Stored data:
>>
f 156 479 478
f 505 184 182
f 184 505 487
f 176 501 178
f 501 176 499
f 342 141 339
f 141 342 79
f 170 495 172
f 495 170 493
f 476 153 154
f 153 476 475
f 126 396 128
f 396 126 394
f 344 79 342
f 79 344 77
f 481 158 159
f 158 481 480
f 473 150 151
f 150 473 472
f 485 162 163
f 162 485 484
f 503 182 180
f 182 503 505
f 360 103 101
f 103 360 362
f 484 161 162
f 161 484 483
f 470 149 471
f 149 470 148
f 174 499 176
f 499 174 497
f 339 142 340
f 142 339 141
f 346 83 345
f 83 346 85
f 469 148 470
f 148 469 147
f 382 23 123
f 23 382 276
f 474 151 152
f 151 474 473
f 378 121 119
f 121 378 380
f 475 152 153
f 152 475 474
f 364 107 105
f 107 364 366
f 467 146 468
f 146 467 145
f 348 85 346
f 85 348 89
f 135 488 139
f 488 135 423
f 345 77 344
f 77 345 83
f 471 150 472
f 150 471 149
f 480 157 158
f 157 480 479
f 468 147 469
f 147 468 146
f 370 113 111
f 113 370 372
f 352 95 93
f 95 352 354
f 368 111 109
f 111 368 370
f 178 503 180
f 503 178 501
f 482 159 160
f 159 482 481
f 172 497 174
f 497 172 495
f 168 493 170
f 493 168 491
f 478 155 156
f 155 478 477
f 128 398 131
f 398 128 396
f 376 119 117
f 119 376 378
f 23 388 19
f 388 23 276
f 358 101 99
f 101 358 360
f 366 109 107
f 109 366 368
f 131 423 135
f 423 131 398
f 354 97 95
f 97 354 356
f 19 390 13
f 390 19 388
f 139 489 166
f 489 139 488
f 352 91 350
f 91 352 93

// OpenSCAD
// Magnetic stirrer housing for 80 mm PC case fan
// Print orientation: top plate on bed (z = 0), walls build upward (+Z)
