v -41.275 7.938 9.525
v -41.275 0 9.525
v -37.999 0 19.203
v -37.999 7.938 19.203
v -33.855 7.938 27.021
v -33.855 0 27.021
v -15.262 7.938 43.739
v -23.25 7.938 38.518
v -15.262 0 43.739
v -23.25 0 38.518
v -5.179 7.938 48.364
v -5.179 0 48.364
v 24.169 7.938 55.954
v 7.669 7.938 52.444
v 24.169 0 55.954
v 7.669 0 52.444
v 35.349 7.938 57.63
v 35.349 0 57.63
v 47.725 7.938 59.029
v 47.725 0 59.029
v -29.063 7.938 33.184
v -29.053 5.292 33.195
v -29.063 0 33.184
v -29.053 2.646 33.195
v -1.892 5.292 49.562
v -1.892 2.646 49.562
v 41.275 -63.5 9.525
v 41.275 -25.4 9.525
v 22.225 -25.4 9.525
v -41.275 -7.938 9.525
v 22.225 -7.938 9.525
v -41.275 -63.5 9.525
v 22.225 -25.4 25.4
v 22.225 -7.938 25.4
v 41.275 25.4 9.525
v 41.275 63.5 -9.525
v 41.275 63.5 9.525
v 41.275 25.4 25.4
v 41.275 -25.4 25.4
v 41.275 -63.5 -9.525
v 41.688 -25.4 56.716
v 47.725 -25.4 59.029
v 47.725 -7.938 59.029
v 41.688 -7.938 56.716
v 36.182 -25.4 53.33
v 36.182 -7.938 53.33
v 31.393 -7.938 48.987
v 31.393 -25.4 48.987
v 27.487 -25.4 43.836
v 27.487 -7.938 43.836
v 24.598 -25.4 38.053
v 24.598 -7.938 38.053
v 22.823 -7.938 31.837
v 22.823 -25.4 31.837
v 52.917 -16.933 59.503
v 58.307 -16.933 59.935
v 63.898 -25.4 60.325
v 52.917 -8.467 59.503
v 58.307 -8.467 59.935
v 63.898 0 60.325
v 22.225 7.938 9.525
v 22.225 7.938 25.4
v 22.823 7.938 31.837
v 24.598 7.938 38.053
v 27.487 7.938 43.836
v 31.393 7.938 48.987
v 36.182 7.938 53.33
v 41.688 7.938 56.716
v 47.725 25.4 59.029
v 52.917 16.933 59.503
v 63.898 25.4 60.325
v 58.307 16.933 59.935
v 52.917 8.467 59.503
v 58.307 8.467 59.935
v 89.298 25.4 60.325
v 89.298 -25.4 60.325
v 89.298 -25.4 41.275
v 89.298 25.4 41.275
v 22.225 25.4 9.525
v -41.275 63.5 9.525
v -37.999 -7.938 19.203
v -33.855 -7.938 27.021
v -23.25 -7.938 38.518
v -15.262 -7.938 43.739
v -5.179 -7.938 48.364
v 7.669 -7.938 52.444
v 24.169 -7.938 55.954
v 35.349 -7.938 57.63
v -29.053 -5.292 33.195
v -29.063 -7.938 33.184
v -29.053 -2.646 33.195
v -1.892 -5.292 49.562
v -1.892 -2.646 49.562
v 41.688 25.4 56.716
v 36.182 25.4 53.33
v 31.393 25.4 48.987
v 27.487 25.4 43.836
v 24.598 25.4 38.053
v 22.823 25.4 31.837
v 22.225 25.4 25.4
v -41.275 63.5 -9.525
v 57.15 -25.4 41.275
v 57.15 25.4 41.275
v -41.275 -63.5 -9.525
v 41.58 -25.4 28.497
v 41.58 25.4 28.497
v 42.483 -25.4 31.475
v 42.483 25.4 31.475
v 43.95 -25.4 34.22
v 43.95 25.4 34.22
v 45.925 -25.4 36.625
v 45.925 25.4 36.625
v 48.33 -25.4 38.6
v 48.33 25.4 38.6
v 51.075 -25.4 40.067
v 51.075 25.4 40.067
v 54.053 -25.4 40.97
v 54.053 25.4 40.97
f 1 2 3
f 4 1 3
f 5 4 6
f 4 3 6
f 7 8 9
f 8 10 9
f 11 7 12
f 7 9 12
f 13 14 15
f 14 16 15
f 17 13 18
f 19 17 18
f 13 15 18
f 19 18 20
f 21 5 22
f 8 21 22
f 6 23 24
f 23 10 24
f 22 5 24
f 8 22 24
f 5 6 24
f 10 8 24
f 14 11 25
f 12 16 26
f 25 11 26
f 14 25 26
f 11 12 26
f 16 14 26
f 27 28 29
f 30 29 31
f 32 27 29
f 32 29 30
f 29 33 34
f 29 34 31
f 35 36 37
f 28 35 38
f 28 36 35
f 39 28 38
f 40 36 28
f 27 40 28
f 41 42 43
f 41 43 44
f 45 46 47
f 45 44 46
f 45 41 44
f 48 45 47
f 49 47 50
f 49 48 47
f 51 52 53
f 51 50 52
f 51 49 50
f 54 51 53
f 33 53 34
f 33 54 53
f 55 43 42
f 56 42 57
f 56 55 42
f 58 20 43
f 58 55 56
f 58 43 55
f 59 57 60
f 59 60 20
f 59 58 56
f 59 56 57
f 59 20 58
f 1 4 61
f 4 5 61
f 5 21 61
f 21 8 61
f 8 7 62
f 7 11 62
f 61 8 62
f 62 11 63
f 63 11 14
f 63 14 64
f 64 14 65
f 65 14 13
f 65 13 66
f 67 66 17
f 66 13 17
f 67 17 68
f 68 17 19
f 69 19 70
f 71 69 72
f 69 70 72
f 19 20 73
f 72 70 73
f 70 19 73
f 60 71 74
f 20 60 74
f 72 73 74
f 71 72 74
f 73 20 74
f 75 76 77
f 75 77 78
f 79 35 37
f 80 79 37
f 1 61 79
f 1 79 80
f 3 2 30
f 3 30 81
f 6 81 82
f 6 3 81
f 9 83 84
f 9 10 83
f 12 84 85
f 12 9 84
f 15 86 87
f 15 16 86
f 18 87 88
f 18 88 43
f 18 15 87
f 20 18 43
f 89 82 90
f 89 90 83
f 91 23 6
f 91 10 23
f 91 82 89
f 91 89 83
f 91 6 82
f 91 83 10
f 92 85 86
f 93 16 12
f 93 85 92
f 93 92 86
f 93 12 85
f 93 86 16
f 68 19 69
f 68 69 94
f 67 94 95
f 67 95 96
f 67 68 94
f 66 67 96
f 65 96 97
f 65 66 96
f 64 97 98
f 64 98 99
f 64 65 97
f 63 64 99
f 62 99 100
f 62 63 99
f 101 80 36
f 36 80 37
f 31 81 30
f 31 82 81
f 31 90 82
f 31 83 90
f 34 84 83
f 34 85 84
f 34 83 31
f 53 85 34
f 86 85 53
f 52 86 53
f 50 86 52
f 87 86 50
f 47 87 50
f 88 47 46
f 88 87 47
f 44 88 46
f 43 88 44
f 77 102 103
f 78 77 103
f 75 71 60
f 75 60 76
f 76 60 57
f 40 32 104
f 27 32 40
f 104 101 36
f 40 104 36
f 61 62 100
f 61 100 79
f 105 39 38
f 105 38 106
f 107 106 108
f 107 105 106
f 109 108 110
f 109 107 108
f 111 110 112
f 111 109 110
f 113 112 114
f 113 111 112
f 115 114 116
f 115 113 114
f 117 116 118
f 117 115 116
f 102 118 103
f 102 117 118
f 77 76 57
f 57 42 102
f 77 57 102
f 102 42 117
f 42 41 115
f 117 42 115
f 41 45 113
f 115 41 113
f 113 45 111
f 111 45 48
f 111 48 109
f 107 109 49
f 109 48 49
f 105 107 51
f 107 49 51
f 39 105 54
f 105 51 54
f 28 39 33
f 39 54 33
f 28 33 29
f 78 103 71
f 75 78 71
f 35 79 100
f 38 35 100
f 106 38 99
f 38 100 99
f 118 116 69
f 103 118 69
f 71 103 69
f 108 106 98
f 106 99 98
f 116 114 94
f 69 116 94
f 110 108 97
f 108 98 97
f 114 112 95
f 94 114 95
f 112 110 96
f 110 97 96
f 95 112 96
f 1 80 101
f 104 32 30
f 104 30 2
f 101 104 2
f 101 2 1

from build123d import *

# Parameters (mm, degrees)
F1_DEPTH = 63.5
F2_DEPTH = 25.4
F3_DEPTH = 7.9375
F4_DEPTH = 25.4


with BuildPart() as f1:
    # F0 (on Front) → F1 (new body, symmetric)
    with BuildSketch(Plane.XZ):
        Polygon((41.275, -9.525), (41.275, 9.525), (22.225, 9.525), (-41.275, 9.525), (-41.275, -9.525), align=None)
    extrude(amount=F1_DEPTH, both=True)

    # F0 (on Front) → F2 (join, symmetric)
    with BuildSketch(Plane.XZ):
        with BuildLine():
            Line((22.225, 9.525), (41.275, 9.525))
            Line((41.275, 9.525), (41.275, 25.4))
            ThreePointArc((41.275, 25.4), (45.92468, 36.62532), (57.15, 41.275))
            Line((57.15, 41.275), (63.898031, 41.275))
            Line((63.898031, 41.275), (63.898031, 60.325))
            add(Edge.make_bspline(
                [(47.724872, 59.029193), (52.819319, 59.523847), (58.204508, 59.955469), (63.898031, 60.325)],
                knots=[108.105541, 108.105541, 108.105541, 108.105541, 116.799, 116.799, 116.799, 116.799], degree=3))
            ThreePointArc((47.724872, 59.029193), (29.320805, 46.501932), (22.225, 25.4))
            Line((22.225, 25.4), (22.225, 9.525))
        make_face()
    extrude(amount=F2_DEPTH, both=True)

    # F0 (on Front) → F3 (join, symmetric)
    with BuildSketch(Plane.XZ):
        with BuildLine():
            Line((-41.275, 9.525), (22.225, 9.525))
            Line((22.225, 9.525), (22.225, 25.4))
            ThreePointArc((22.225, 25.4), (29.320805, 46.501932), (47.724872, 59.029193))
            add(Edge.make_bspline(
                [(-41.275, 9.525), (-34.017475, 36.97978), (-15.625963, 52.878028), (47.724872, 59.029193)],
                knots=[0, 0, 0, 0, 108.105541, 108.105541, 108.105541, 108.105541], degree=3))
        make_face()
    extrude(amount=F3_DEPTH, both=True)

    # F2_face (on face) → F4 (join)
    with BuildSketch(Plane(origin=(63.898031, 0, 50.8), x_dir=(0, 1, 0), z_dir=(1, 0, 0))):
        Polygon((25.4, -9.525), (25.4, 9.525), (0, 9.525), (-25.4, 9.525), (-25.4, -9.525), align=None)
    extrude(amount=F4_DEPTH)


solid = f1.part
<<
• _Instructions to follow_:
After locating the line holding "v 41.275 -63.5 -9.525" above, output exactly that line and every line after it through the line holding "v 52.917 16.933 59.503". Include nothing else.

• _Solution for this task_:
v 41.275 -63.5 -9.525
v 41.688 -25.4 56.716
v 47.725 -25.4 59.029
v 47.725 -7.938 59.029
v 41.688 -7.938 56.716
v 36.182 -25.4 53.33
v 36.182 -7.938 53.33
v 31.393 -7.938 48.987
v 31.393 -25.4 48.987
v 27.487 -25.4 43.836
v 27.487 -7.938 43.836
v 24.598 -25.4 38.053
v 24.598 -7.938 38.053
v 22.823 -7.938 31.837
v 22.823 -25.4 31.837
v 52.917 -16.933 59.503
v 58.307 -16.933 59.935
v 63.898 -25.4 60.325
v 52.917 -8.467 59.503
v 58.307 -8.467 59.935
v 63.898 0 60.325
v 22.225 7.938 9.525
v 22.225 7.938 25.4
v 22.823 7.938 31.837
v 24.598 7.938 38.053
v 27.487 7.938 43.836
v 31.393 7.938 48.987
v 36.182 7.938 53.33
v 41.688 7.938 56.716
v 47.725 25.4 59.029
v 52.917 16.933 59.503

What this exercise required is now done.